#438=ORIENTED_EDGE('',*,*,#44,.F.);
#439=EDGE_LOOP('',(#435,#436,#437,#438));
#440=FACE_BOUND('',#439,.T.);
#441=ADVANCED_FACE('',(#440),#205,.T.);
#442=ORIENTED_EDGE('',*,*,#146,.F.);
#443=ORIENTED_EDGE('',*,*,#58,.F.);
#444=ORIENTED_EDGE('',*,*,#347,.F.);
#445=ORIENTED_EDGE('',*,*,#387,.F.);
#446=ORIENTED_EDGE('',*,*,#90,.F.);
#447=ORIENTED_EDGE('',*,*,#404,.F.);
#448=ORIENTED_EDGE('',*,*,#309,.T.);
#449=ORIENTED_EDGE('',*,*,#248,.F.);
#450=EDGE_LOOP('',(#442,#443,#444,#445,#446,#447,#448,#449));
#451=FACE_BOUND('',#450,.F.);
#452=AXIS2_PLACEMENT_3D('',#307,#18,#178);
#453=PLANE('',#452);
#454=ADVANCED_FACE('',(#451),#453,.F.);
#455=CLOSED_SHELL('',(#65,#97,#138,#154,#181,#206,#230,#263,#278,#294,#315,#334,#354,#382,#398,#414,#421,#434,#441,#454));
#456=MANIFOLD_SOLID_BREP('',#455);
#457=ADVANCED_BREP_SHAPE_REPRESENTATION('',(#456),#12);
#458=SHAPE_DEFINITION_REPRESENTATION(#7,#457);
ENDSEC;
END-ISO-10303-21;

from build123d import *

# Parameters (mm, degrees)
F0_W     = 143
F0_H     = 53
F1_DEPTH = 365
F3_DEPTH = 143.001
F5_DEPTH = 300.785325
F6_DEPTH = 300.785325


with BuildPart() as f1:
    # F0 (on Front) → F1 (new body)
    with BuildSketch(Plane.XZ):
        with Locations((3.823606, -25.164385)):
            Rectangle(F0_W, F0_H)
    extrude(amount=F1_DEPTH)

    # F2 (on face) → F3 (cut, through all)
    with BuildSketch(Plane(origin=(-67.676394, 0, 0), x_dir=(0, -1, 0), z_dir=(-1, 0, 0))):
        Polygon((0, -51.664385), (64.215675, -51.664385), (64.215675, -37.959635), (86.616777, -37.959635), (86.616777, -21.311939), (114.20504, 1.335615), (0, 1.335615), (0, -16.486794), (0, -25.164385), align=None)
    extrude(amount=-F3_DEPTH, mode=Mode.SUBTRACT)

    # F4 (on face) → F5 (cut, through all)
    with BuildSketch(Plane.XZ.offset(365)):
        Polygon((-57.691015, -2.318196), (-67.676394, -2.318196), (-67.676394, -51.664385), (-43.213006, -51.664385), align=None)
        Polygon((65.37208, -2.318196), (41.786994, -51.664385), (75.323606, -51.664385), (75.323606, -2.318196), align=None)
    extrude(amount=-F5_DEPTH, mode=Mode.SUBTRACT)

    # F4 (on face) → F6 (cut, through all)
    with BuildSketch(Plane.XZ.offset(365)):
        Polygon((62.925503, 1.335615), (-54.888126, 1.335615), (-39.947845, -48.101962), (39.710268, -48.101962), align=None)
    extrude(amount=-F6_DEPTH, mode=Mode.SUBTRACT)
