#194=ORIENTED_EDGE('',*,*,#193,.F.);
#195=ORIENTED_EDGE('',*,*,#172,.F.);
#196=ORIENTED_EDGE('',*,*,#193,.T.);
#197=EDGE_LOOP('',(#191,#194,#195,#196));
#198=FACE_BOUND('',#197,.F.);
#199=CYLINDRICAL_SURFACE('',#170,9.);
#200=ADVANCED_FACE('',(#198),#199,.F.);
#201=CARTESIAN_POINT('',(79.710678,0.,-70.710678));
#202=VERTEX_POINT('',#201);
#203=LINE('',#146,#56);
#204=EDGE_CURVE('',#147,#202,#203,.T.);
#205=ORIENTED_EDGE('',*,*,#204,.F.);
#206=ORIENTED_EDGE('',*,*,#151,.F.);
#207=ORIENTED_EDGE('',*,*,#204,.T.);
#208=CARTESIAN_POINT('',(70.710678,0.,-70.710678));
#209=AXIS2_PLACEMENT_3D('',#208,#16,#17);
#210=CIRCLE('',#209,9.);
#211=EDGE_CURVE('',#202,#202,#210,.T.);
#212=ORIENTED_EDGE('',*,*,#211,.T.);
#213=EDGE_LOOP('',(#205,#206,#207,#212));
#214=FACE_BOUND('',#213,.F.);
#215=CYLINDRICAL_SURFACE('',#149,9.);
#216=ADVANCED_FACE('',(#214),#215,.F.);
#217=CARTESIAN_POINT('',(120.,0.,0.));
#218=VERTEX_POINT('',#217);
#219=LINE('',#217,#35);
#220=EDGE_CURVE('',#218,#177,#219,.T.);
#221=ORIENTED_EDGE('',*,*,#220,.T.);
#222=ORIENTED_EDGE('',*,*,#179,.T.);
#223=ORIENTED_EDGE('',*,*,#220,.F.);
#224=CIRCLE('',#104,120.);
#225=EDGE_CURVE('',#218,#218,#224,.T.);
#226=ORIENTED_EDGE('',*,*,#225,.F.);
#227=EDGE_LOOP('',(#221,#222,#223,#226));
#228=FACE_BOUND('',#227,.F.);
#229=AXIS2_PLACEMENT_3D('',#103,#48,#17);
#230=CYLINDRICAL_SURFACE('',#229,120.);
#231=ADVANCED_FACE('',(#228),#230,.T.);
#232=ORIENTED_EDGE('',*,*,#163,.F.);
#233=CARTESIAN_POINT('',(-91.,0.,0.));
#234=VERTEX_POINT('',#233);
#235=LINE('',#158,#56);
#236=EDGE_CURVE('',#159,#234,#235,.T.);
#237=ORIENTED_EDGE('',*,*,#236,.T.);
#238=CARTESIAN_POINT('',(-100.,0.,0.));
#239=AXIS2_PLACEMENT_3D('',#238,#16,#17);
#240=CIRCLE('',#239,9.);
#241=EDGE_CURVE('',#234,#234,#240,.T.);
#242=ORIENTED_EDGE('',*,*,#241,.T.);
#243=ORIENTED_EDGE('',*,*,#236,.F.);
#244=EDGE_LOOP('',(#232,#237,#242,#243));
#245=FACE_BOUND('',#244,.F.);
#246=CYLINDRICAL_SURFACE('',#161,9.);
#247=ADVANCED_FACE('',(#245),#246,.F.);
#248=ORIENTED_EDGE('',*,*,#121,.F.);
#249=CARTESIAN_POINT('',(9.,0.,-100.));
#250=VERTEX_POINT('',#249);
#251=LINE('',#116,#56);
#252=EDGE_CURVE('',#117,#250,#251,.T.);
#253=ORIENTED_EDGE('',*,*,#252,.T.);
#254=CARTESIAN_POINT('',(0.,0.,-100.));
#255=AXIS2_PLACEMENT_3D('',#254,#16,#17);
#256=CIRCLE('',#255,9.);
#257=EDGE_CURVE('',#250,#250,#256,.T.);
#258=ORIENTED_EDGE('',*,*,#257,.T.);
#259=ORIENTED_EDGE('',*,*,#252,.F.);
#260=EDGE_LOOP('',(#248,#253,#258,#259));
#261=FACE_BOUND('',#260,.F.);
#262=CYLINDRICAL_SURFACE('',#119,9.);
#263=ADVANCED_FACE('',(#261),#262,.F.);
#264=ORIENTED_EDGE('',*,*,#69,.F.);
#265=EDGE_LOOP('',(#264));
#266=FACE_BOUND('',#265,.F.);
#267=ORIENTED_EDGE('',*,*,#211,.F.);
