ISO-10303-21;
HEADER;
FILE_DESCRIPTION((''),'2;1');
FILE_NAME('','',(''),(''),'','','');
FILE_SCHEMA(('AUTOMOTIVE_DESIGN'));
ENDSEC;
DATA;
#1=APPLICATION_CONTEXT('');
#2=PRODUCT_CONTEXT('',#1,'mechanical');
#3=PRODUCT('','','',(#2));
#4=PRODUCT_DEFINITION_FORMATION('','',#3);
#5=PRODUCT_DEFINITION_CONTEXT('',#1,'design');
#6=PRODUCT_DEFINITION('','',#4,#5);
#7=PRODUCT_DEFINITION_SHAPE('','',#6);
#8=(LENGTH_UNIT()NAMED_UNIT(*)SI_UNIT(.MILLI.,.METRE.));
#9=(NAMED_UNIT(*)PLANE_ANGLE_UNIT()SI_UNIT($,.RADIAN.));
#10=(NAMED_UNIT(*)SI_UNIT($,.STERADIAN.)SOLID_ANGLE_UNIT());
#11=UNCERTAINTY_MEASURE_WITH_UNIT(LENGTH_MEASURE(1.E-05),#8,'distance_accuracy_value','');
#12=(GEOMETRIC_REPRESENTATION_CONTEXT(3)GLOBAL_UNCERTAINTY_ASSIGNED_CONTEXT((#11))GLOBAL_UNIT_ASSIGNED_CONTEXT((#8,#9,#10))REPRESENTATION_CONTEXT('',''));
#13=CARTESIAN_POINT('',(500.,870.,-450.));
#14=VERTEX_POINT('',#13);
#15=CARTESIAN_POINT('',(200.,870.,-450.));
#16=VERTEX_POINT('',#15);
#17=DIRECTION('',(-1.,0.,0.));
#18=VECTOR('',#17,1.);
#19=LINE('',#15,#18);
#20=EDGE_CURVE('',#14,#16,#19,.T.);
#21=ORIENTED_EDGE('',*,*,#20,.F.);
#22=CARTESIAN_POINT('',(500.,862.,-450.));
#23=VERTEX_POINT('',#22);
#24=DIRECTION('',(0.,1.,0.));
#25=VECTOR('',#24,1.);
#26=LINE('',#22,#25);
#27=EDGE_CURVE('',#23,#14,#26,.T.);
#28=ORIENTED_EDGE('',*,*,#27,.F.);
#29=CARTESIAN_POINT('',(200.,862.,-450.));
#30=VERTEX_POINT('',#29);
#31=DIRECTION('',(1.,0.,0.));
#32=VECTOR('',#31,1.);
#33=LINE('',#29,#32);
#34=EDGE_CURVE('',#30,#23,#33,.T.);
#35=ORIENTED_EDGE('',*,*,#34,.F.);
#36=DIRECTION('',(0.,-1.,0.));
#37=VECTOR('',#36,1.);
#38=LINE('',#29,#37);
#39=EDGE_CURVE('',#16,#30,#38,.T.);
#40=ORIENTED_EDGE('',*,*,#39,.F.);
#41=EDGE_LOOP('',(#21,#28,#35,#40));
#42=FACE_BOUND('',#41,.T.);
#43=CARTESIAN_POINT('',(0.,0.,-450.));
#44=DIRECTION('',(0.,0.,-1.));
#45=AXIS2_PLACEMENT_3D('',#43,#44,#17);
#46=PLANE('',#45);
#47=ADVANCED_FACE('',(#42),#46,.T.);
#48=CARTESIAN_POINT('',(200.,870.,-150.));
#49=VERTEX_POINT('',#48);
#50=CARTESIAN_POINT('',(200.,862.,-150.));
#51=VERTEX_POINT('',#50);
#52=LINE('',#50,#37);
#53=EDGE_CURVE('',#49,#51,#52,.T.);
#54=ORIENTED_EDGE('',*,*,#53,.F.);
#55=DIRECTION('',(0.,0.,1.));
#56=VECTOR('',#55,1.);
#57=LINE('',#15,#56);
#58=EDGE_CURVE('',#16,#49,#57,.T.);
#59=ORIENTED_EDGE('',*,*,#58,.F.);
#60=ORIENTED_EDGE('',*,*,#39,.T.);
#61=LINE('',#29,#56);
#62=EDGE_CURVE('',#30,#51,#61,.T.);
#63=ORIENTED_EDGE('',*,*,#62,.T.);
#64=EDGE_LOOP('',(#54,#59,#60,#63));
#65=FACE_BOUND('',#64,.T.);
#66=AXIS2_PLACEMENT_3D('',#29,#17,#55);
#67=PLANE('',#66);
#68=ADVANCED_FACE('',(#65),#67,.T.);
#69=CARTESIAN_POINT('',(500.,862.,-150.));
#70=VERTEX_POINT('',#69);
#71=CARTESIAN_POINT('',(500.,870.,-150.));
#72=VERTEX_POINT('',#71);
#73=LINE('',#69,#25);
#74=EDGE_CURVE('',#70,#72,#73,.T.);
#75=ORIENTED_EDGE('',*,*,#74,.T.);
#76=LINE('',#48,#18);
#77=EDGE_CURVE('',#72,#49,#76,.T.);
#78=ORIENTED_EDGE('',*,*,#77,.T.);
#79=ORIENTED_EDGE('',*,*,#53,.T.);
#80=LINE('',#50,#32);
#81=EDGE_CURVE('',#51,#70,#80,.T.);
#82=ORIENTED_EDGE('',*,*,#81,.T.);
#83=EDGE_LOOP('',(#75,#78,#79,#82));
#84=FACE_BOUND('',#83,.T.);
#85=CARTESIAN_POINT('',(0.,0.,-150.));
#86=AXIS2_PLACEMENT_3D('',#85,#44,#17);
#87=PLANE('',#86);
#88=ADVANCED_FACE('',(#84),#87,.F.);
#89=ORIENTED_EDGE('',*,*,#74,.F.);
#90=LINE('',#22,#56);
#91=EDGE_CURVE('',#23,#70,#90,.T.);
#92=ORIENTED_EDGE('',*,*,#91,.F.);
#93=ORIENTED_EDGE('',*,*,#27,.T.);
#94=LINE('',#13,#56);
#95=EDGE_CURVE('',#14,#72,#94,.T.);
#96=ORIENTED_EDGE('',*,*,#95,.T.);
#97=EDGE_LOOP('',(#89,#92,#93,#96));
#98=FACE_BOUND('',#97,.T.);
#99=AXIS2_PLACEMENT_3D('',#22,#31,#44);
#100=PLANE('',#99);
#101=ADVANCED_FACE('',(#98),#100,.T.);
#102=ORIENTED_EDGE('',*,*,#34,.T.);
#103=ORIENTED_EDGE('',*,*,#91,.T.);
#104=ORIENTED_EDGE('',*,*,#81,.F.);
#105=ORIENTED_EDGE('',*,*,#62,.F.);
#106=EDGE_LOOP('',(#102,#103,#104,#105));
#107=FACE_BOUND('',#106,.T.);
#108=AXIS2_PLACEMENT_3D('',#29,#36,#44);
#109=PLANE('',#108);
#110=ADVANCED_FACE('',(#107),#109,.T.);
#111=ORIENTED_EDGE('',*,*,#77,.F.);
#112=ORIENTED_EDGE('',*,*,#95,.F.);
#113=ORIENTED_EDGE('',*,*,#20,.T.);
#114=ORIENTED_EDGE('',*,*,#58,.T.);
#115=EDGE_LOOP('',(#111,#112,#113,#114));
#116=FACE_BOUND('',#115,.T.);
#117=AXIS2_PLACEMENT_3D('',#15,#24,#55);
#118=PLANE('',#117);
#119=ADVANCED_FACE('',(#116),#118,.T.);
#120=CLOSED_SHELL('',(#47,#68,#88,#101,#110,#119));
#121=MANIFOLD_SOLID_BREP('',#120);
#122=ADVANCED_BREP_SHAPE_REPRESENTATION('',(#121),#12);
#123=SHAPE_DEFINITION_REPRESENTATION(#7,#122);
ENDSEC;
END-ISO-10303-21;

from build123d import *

# Parameters (mm, degrees)
OVEN_DAMLALIK_TAVASI_1_START = -150
SKETCH1_W                    = 300
SKETCH1_H                    = 8
OVEN_DAMLALIK_TAVASI_1_DEPTH = 300


with BuildPart() as part:
    # Sketch1 → OVEN_damlalik_tavasi_1 (new body)
    with BuildSketch(Plane.XY.offset(OVEN_DAMLALIK_TAVASI_1_START)):
        with Locations((350, 866)):
            Rectangle(SKETCH1_W, SKETCH1_H)
    extrude(amount=-OVEN_DAMLALIK_TAVASI_1_DEPTH)


solid = part.part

#### BRIEF
Work through the entries, filtering for the string "Polygon", and copy each line that holds it.

#### REPLY TO THE TASK
        Polygon((0, -51.664385), (64.215675, -51.664385), (64.215675, -37.959635), (86.616777, -37.959635), (86.616777, -21.311939), (114.20504, 1.335615), (0, 1.335615), (0, -16.486794), (0, -25.164385), align=None)
        Polygon((-57.691015, -2.318196), (-67.676394, -2.318196), (-67.676394, -51.664385), (-43.213006, -51.664385), align=None)
        Polygon((65.37208, -2.318196), (41.786994, -51.664385), (75.323606, -51.664385), (75.323606, -2.318196), align=None)
        Polygon((62.925503, 1.335615), (-54.888126, 1.335615), (-39.947845, -48.101962), (39.710268, -48.101962), align=None)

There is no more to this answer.